From the entries that follow, copy exactly the lines beginning at the line holding "#160=ORIENTED_EDGE('',*,*,#159,.T.);" and continuing through the line holding "#185=CARTESIAN_POINT('',(11.329116,-5.793017,-1.346867));".
··· Material shown
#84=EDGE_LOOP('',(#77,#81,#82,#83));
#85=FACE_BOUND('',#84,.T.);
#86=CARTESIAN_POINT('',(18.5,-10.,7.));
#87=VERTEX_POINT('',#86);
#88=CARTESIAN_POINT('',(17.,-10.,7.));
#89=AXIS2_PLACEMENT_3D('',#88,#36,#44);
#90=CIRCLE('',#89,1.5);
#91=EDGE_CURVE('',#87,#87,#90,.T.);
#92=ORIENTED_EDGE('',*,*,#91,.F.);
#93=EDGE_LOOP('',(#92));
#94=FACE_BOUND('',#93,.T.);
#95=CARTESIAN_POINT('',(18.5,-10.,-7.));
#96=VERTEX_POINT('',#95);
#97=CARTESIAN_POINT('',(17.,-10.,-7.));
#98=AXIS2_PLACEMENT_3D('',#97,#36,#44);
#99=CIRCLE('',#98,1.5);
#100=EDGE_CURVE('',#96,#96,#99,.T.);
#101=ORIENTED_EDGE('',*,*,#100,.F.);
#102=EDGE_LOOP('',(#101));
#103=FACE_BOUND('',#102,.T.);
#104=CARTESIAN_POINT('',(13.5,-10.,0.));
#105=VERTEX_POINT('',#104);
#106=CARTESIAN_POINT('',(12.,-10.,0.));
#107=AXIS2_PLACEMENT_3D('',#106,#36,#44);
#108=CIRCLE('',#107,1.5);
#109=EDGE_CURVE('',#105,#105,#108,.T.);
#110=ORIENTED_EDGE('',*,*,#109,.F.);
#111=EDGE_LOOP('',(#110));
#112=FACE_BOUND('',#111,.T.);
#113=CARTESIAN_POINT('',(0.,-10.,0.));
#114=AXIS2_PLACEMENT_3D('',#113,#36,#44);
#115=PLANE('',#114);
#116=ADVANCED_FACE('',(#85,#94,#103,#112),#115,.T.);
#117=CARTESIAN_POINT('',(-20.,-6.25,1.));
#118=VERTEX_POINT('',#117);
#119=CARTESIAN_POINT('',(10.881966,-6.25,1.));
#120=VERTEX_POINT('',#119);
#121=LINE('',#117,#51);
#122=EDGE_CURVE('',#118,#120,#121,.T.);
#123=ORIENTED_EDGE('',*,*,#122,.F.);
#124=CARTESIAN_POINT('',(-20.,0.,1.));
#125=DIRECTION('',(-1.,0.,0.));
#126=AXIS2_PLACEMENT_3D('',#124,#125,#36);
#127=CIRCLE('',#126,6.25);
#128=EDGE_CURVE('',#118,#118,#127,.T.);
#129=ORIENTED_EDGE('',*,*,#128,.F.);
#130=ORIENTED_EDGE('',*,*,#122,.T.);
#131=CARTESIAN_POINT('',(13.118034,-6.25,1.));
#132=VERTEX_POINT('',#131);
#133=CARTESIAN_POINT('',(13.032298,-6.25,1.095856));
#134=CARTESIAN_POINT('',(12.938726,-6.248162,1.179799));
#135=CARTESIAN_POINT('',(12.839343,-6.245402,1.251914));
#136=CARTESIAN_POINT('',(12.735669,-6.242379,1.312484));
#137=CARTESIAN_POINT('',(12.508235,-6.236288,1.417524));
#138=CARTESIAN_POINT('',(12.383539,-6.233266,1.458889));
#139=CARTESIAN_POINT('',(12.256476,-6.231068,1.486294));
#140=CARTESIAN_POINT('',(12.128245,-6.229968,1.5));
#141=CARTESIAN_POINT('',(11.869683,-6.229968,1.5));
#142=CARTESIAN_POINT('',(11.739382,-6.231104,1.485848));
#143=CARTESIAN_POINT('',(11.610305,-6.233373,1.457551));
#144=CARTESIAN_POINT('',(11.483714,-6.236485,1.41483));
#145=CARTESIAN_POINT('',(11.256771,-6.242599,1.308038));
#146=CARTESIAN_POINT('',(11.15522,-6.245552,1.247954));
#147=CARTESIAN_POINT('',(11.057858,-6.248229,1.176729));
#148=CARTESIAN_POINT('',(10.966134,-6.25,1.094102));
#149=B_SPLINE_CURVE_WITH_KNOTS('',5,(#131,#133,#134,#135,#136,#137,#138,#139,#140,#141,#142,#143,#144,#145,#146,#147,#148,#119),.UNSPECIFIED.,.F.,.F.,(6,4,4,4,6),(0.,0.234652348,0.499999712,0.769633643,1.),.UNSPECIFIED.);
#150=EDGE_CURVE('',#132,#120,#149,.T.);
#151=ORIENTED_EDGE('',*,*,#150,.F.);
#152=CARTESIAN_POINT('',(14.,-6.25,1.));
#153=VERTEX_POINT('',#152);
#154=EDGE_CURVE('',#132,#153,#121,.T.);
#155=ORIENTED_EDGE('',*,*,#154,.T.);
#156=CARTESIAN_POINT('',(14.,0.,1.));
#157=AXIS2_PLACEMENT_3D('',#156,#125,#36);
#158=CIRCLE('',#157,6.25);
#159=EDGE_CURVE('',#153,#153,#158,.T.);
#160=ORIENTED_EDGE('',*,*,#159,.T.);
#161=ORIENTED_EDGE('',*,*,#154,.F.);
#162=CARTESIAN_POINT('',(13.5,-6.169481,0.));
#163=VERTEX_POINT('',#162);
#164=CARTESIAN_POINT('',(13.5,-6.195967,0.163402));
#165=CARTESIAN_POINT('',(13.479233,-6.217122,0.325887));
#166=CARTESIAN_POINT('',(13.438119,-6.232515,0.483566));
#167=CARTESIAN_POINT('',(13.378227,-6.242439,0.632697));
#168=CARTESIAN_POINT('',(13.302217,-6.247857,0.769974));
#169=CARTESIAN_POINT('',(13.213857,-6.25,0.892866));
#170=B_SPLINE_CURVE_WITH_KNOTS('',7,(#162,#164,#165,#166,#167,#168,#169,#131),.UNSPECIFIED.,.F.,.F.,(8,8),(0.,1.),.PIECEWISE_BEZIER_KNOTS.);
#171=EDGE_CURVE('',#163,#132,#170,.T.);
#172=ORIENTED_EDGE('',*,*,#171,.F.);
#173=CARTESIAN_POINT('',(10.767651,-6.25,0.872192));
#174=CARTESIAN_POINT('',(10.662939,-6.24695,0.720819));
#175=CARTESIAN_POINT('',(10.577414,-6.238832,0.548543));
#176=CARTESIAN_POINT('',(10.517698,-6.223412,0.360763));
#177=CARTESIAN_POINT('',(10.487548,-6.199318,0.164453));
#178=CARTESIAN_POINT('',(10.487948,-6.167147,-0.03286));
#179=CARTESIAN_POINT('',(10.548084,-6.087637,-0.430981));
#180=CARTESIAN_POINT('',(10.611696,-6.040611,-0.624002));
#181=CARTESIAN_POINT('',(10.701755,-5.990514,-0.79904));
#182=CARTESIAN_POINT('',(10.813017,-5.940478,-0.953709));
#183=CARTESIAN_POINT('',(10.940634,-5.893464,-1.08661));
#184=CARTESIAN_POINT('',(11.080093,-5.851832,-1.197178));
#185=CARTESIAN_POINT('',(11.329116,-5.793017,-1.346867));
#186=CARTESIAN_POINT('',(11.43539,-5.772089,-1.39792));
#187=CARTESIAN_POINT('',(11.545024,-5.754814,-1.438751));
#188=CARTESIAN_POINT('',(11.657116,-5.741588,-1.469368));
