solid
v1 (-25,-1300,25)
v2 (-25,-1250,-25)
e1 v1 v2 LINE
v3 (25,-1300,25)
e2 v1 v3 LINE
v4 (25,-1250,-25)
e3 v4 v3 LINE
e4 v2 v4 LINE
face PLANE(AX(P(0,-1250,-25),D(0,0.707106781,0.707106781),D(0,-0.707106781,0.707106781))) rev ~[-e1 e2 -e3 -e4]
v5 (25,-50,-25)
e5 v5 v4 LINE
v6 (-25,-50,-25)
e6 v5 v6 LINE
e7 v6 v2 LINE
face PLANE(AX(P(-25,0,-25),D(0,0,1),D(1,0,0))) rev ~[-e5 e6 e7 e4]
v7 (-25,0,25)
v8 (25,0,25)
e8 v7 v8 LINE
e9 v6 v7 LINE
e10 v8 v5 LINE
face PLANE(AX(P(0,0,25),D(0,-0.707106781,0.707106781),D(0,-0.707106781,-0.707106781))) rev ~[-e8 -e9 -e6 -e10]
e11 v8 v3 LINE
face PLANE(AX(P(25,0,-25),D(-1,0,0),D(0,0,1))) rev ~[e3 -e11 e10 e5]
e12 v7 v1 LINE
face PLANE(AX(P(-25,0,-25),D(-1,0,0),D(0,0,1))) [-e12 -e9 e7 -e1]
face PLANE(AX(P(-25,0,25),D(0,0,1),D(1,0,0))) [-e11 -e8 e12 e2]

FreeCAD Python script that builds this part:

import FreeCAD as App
import Part
import Sketcher


def add_polygon(sketch, points):
    """Adds a closed chain of lines whose ends are joined by coincident constraints."""
    first, n = sketch.GeometryCount, len(points)
    for a, b in zip(points, points[1:] + points[:1]):
        sketch.addGeometry(Part.LineSegment(App.Vector(*a, 0), App.Vector(*b, 0)), False)
    for i in range(n):
        sketch.addConstraint(Sketcher.Constraint("Coincident", first + i, 2, first + (i + 1) % n, 1))

doc = App.newDocument("Part")
params = doc.addObject("Spreadsheet::Sheet", "Params")
for row, (alias, value) in enumerate([
    ("sketch1_width", "50 mm"),
    ("pad1_length", "1300 mm"),
    ("sketch2_width", "50 mm"),
], start=1):
    params.set(f"A{row}", alias)
    params.set(f"B{row}", "=" + value)
    params.setAlias(f"B{row}", alias)

body = doc.addObject("PartDesign::Body", "Body")

sketch1 = body.newObject("Sketcher::SketchObject", "Sketch")
sketch1.AttachmentSupport = (doc.getObject("XZ_Plane"), [""])
sketch1.MapMode = "FlatFace"
add_polygon(sketch1, [(-25, 25), (-25, -25), (25, -25), (25, 25)])
sketch1.addConstraint([
    Sketcher.Constraint("Vertical", 0),
    Sketcher.Constraint("Horizontal", 1),
    Sketcher.Constraint("Vertical", 2),
    Sketcher.Constraint("Horizontal", 3),
    Sketcher.Constraint("Symmetric", 0, 2, 2, 2, -1, 1),
    Sketcher.Constraint("Equal", 3, 0),
    Sketcher.Constraint("DistanceX", 1, 1, 1, 2, 50.0),
])
sketch1.setExpression("Constraints[10]", "Params.sketch1_width")
pad1 = body.newObject("PartDesign::Pad", "Pad")
pad1.Profile = sketch1
pad1.setExpression("Length", "Params.pad1_length")

sketch2 = body.newObject("Sketcher::SketchObject", "Sketch001")
sketch2.AttachmentSupport = (doc.getObject("YZ_Plane"), [""])
sketch2.MapMode = "FlatFace"
add_polygon(sketch2, [(-1300, -25), (-1250, -25), (-1300, 25)])
add_polygon(sketch2, [(0, 25), (-50, -25), (0, -25)])
sketch2.addConstraint([
    Sketcher.Constraint("Horizontal", 0),
    Sketcher.Constraint("Vertical", 2),
    Sketcher.Constraint("Horizontal", 4),
    Sketcher.Constraint("Vertical", 5),
    Sketcher.Constraint("Symmetric", 4, 2, 5, 2, -1, 1),
    Sketcher.Constraint("Perpendicular", 1, 3),
    Sketcher.Constraint("Horizontal", 2, 2, 3, 2),
    Sketcher.Constraint("Horizontal", 1, 2, 5, 2),
    Sketcher.Constraint("Equal", 0, 4),
    Sketcher.Constraint("DistanceX", 0, 1, 0, 2, 50.0),
    Sketcher.Constraint("DistanceX", 0, 2, -1, 1, 1250.0),
])
sketch2.setExpression("Constraints[15]", "Params.sketch2_width")
pocket1 = body.newObject("PartDesign::Pocket", "Pocket")
pocket1.Profile = sketch2
pocket1.Type = "ThroughAll"
pocket1.Midplane = True

doc.recompute()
······
• **Answer space**
#160=ORIENTED_EDGE('',*,*,#159,.T.);
#161=ORIENTED_EDGE('',*,*,#154,.F.);
#162=CARTESIAN_POINT('',(13.5,-6.169481,0.));
#163=VERTEX_POINT('',#162);
#164=CARTESIAN_POINT('',(13.5,-6.195967,0.163402));
#165=CARTESIAN_POINT('',(13.479233,-6.217122,0.325887));
#166=CARTESIAN_POINT('',(13.438119,-6.232515,0.483566));
#167=CARTESIAN_POINT('',(13.378227,-6.242439,0.632697));
#168=CARTESIAN_POINT('',(13.302217,-6.247857,0.769974));
#169=CARTESIAN_POINT('',(13.213857,-6.25,0.892866));
#170=B_SPLINE_CURVE_WITH_KNOTS('',7,(#162,#164,#165,#166,#167,#168,#169,#131),.UNSPECIFIED.,.F.,.F.,(8,8),(0.,1.),.PIECEWISE_BEZIER_KNOTS.);
#171=EDGE_CURVE('',#163,#132,#170,.T.);
#172=ORIENTED_EDGE('',*,*,#171,.F.);
#173=CARTESIAN_POINT('',(10.767651,-6.25,0.872192));
#174=CARTESIAN_POINT('',(10.662939,-6.24695,0.720819));
#175=CARTESIAN_POINT('',(10.577414,-6.238832,0.548543));
#176=CARTESIAN_POINT('',(10.517698,-6.223412,0.360763));
#177=CARTESIAN_POINT('',(10.487548,-6.199318,0.164453));
#178=CARTESIAN_POINT('',(10.487948,-6.167147,-0.03286));
#179=CARTESIAN_POINT('',(10.548084,-6.087637,-0.430981));
#180=CARTESIAN_POINT('',(10.611696,-6.040611,-0.624002));
#181=CARTESIAN_POINT('',(10.701755,-5.990514,-0.79904));
#182=CARTESIAN_POINT('',(10.813017,-5.940478,-0.953709));
#183=CARTESIAN_POINT('',(10.940634,-5.893464,-1.08661));
#184=CARTESIAN_POINT('',(11.080093,-5.851832,-1.197178));
#185=CARTESIAN_POINT('',(11.329116,-5.793017,-1.346867));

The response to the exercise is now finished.